Open Source Large Modeling GPU Memory Calculator

Run the large model GPU occupancy formula:

\(M=\frac{(P * 4B)}{32 / Q} * 1/2\)

M : GPU memory labeled in GB
P : Number of parameters in the model, e.g. a 7B model has 7 billion parameters
4B : 4 bytes indicating the bytes used for each parameter
32 : 32 bits in 4 bytes
Q : Number of bits that should be used to load the model, e.g., 16 bits, 8 bits, 4 bits
1.2 : Indicates 20% overhead for loading other content in GPU memory

Commonly used large model memory footprint

Size (billion)	Number of model bits	Video Memory Usage (GB)
1.5B	4	0.9
1.5B	8	1.8
1.5B	16	3.6
7B	4	4.2
7B	8	8.4
7B	16	16.8
9B	4	5.4
9B	8	10.8
9B	16	21.6
40B	4	24
40B	8	48
40B	16	96
70B	4	42
70B	8	84
70B	16	168

The standard way to write a quantitative macromodel

It's not uncommon to see big quantitative models followed byq2_k 、ft16 、 q5_k_s 、q8_0 etc.
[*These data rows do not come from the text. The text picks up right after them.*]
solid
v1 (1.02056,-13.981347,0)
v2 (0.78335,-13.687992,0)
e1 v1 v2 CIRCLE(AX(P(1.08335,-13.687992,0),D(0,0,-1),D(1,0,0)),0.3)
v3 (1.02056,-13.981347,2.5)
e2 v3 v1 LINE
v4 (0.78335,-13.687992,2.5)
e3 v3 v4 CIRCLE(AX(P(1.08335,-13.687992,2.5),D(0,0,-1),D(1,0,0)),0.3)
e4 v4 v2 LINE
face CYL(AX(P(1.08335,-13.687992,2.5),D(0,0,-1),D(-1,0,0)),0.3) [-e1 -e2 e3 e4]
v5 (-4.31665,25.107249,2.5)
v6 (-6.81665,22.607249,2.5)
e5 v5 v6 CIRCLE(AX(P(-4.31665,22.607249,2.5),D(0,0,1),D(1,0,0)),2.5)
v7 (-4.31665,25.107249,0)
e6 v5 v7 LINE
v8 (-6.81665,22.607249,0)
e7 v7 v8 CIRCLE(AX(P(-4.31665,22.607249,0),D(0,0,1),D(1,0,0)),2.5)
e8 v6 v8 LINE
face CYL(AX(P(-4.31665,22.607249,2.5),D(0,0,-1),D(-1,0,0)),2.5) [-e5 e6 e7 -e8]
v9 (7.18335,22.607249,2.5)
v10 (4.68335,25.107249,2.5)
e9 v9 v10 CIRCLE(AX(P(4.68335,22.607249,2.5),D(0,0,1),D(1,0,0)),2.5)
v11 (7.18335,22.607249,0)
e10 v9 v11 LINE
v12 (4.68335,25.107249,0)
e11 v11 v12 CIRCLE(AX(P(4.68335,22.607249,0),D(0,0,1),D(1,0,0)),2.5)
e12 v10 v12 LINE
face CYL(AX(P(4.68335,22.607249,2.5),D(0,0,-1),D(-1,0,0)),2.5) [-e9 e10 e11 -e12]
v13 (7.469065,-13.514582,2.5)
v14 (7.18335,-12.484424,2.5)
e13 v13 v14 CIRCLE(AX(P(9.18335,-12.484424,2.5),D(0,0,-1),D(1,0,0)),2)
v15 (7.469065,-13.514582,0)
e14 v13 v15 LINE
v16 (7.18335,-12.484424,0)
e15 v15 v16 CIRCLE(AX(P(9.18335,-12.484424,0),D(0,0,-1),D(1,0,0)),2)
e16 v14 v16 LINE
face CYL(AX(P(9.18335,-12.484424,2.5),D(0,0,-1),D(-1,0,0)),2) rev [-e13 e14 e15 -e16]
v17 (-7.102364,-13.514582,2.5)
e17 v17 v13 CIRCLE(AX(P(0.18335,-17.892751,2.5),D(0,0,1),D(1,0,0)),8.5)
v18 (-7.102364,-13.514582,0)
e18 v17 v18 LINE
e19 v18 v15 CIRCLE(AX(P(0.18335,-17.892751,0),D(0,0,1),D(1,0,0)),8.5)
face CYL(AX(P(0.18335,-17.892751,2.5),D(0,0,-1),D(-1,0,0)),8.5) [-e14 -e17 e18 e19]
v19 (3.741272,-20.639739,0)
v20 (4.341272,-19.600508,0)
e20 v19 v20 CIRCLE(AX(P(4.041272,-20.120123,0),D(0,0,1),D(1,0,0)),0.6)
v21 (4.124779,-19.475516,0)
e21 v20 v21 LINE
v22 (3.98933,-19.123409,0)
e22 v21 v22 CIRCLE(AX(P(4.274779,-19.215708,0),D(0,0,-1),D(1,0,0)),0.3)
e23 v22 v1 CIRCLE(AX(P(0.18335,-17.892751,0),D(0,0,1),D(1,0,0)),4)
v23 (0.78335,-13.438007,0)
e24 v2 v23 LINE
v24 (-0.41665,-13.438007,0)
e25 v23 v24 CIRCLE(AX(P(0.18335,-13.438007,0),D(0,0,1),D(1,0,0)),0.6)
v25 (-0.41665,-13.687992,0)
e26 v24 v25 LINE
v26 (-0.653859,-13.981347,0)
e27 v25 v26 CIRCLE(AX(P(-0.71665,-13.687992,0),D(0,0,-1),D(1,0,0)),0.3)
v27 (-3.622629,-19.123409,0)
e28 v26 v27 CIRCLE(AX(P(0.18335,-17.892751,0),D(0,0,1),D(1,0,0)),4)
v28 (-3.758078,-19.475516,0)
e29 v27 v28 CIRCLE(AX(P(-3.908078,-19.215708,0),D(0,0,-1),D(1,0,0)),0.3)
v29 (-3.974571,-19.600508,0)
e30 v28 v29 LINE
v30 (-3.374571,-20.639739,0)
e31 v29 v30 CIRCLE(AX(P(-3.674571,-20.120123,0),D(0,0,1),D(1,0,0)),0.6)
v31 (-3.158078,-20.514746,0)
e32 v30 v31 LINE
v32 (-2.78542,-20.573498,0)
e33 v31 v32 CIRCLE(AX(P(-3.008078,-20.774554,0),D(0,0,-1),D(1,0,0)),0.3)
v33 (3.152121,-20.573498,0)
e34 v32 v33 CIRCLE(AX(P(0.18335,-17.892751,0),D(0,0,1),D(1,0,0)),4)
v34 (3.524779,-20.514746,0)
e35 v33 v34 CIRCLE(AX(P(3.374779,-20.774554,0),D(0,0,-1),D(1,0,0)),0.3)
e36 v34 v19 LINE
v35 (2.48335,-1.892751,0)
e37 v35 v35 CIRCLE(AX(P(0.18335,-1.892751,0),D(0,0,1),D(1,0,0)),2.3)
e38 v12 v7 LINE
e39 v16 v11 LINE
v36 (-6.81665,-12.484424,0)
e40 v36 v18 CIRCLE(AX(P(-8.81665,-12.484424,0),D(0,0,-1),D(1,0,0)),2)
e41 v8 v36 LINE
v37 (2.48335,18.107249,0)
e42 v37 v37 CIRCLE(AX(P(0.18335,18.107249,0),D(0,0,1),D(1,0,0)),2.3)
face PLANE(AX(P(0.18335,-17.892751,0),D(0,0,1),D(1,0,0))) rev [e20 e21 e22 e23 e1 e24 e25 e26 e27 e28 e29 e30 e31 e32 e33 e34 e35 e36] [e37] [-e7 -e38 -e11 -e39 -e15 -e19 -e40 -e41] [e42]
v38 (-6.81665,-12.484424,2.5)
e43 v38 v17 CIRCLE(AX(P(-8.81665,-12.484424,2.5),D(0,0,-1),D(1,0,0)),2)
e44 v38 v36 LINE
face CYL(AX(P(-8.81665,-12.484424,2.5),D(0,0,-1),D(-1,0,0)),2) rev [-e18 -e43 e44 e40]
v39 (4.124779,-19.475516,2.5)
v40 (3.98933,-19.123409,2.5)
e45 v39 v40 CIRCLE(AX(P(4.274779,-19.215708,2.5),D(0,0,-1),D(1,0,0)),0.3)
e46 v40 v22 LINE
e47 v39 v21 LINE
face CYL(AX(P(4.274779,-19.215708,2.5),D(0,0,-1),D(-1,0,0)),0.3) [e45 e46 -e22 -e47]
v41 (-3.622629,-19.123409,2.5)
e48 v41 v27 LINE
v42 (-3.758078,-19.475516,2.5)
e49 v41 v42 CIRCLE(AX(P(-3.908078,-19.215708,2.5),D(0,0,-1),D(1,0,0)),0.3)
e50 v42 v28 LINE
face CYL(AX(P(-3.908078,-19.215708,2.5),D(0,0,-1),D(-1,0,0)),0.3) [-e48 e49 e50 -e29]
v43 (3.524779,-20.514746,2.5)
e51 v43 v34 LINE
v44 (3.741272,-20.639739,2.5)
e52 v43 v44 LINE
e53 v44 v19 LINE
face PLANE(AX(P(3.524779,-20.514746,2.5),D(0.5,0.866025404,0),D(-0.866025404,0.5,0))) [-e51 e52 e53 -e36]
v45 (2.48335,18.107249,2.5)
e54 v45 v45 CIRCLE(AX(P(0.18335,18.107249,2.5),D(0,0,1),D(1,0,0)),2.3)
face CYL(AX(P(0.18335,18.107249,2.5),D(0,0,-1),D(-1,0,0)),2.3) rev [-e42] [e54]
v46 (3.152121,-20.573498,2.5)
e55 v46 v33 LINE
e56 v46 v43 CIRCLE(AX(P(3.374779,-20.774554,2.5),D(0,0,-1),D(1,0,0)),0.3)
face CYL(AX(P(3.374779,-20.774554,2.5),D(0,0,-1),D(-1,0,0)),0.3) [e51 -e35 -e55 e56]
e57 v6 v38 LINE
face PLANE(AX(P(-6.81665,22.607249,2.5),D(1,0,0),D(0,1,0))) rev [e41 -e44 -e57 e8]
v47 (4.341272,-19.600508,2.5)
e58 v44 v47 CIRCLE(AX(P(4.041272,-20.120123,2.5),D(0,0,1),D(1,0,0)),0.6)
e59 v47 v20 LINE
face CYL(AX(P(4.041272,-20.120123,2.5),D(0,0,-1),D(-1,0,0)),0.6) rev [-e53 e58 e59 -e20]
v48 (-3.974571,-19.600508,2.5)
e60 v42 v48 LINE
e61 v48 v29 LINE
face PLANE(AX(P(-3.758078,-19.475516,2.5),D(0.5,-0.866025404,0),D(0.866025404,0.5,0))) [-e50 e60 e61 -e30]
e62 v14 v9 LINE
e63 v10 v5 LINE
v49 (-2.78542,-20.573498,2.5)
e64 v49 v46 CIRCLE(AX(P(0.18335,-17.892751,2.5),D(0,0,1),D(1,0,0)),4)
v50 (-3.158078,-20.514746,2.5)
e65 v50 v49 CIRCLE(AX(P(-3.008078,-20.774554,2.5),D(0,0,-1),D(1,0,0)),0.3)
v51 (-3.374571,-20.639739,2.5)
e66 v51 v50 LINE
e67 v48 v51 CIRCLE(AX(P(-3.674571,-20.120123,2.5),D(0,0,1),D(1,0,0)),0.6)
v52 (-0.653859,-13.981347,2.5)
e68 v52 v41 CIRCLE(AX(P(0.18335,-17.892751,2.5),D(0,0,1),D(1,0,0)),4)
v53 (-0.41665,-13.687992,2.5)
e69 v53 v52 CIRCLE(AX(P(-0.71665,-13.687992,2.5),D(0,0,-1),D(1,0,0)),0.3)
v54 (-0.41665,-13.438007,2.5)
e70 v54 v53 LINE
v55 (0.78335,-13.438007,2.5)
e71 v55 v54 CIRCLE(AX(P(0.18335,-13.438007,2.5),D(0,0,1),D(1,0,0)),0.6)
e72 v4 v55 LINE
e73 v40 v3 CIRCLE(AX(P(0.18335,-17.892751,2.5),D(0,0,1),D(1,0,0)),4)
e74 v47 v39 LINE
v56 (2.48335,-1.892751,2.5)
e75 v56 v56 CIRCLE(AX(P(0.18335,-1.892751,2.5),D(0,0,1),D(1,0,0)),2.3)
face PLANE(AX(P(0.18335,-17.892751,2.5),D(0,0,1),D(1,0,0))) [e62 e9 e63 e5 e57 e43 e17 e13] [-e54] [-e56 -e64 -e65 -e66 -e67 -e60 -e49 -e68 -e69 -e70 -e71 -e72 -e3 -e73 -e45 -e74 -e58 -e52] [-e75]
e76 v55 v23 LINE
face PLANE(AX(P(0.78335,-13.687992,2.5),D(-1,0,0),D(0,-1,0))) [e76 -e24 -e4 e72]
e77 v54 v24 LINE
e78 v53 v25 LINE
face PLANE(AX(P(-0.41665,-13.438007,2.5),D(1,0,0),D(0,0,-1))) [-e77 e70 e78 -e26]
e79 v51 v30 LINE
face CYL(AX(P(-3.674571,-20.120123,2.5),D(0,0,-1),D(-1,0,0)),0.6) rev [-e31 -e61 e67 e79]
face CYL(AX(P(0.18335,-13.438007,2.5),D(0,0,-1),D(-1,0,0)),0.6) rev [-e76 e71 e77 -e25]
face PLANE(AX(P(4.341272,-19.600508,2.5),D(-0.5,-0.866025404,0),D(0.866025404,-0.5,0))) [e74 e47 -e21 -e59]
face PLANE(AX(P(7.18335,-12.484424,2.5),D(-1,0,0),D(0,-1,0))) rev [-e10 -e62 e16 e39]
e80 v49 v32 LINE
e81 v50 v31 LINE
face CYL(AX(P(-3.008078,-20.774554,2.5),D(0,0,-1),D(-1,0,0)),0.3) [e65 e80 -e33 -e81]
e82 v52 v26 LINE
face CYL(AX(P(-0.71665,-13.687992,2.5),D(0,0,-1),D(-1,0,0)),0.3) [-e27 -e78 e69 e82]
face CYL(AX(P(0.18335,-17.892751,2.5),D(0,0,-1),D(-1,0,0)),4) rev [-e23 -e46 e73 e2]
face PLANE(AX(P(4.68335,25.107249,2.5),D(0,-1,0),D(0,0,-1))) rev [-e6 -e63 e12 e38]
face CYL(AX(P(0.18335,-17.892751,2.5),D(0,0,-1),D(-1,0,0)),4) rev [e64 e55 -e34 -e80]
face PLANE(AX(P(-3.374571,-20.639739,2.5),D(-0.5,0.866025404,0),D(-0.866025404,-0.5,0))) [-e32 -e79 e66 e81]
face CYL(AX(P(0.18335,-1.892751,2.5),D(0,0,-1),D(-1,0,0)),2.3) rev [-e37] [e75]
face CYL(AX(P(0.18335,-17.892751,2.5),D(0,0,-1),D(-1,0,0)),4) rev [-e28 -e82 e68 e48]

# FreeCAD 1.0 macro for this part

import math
import FreeCAD as App
import Part
import Sketcher

V = App.Vector
Q = App.Units.Quantity

doc = App.newDocument("Part")
body = doc.addObject("PartDesign::Body", "Body")

# Sketch on XY plane
sketch1 = body.newObject("Sketcher::SketchObject", "Sketch")
sketch1.AttachmentSupport = (doc.getObject("XY_Plane"), [""])
sketch1.MapMode = "FlatFace"
sketch1.addGeometry([
    Part.LineSegment(V(7.18, -12.48, 0), V(7.18, 22.61, 0)),  # 0
    Part.ArcOfCircle(Part.Circle(V(4.68, 22.61, 0), V(0, 0, 1), 2.5), math.radians(0), math.radians(90)),  # 1
    Part.LineSegment(V(4.68, 25.11, 0), V(-4.32, 25.11, 0)),  # 2
    Part.ArcOfCircle(Part.Circle(V(-4.32, 22.61, 0), V(0, 0, 1), 2.5), math.radians(90), math.radians(180)),  # 3
    Part.LineSegment(V(-6.82, 22.61, 0), V(-6.82, -12.48, 0)),  # 4
    Part.ArcOfCircle(Part.Circle(V(-8.82, -12.48, 0), V(0, 0, 1), 2), math.radians(-31), math.radians(0)),  # 5
    Part.ArcOfCircle(Part.Circle(V(0.18, -17.89, 0), V(0, 0, 1), 8.5), math.radians(149), math.radians(391)),  # 6
    Part.ArcOfCircle(Part.Circle(V(9.18, -12.48, 0), V(0, 0, 1), 2), math.radians(180), math.radians(211)),  # 7
    Part.LineSegment(V(4.12, -19.48, 0), V(4.34, -19.6, 0)),  # 8
    Part.ArcOfCircle(Part.Circle(V(4.04, -20.12, 0), V(0, 0, 1), 0.6), math.radians(-120), math.radians(60)),  # 9
    Part.LineSegment(V(3.74, -20.64, 0), V(3.52, -20.51, 0)),  # 10
    Part.ArcOfCircle(Part.Circle(V(3.37, -20.77, 0), V(0, 0, 1), 0.3), math.radians(60), math.radians(138)),  # 11
    Part.ArcOfCircle(Part.Circle(V(0.18, -17.89, 0), V(0, 0, 1), 4), math.radians(-138), math.radians(-42)),  # 12
    Part.ArcOfCircle(Part.Circle(V(-3.01, -20.77, 0), V(0, 0, 1), 0.3), math.radians(42), math.radians(120)),  # 13
    Part.LineSegment(V(-3.16, -20.51, 0), V(-3.37, -20.64, 0)),  # 14
    Part.ArcOfCircle(Part.Circle(V(-3.67, -20.12, 0), V(0, 0, 1), 0.6), math.radians(120), math.radians(300)),  # 15
    Part.LineSegment(V(-3.97, -19.6, 0), V(-3.76, -19.48, 0)),  # 16
    Part.ArcOfCircle(Part.Circle(V(-3.91, -19.22, 0), V(0, 0, 1), 0.3), math.radians(-60), math.radians(18)),  # 17
    Part.ArcOfCircle(Part.Circle(V(0.18, -17.89, 0), V(0, 0, 1), 4), math.radians(102), math.radians(198)),  # 18
    Part.ArcOfCircle(Part.Circle(V(-0.72, -13.69, 0), V(0, 0, 1), 0.3), math.radians(-78), math.radians(0)),  # 19
    Part.LineSegment(V(-0.42, -13.69, 0), V(-0.42, -13.44, 0)),  # 20
    Part.ArcOfCircle(Part.Circle(V(0.18, -13.44, 0), V(0, 0, 1), 0.6), math.radians(0), math.radians(180)),  # 21
    Part.LineSegment(V(0.78, -13.44, 0), V(0.78, -13.69, 0)),  # 22
    Part.ArcOfCircle(Part.Circle(V(1.08, -13.69, 0), V(0, 0, 1), 0.3), math.radians(180), math.radians(258)),  # 23
    Part.ArcOfCircle(Part.Circle(V(0.18, -17.89, 0), V(0, 0, 1), 4), math.radians(-18), math.radians(78)),  # 24
    Part.ArcOfCircle(Part.Circle(V(4.27, -19.22, 0), V(0, 0, 1), 0.3), math.radians(162), math.radians(240)),  # 25
    Part.Circle(V(0.18, -1.89, 0), V(0, 0, 1), 2.3),  # 26
    Part.Circle(V(0.18, 18.11, 0), V(0, 0, 1), 2.3),  # 27
], False)
sketch1.addConstraint([
    Sketcher.Constraint("Tangent", 0, 2, 1, 1),
    Sketcher.Constraint("Tangent", 1, 2, 2, 1),
    Sketcher.Constraint("Tangent", 2, 2, 3, 1),
    Sketcher.Constraint("Tangent", 3, 2, 4, 1),
    Sketcher.Constraint("Tangent", 4, 2, 5, 2),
This type of writing represents the quantified metrics of the larger model, interpreted as follows:

conventional quantization

Includes methods q4_0, q4_1, and q8_0.

E.g. q4_0. represents model bit number = 4, and 0 means 0 decimal places are retained. That is, the data will be quantized to an integer between 0 and 255

K-value quantification

as ifq2_k、q5_k_s The decompression method is similar to the traditional quantization. In fact, different layers are quantized with different precision, and bits are allocated in a smarter way than in traditional quantization. decompression is similar to traditional quantization, and is also fast.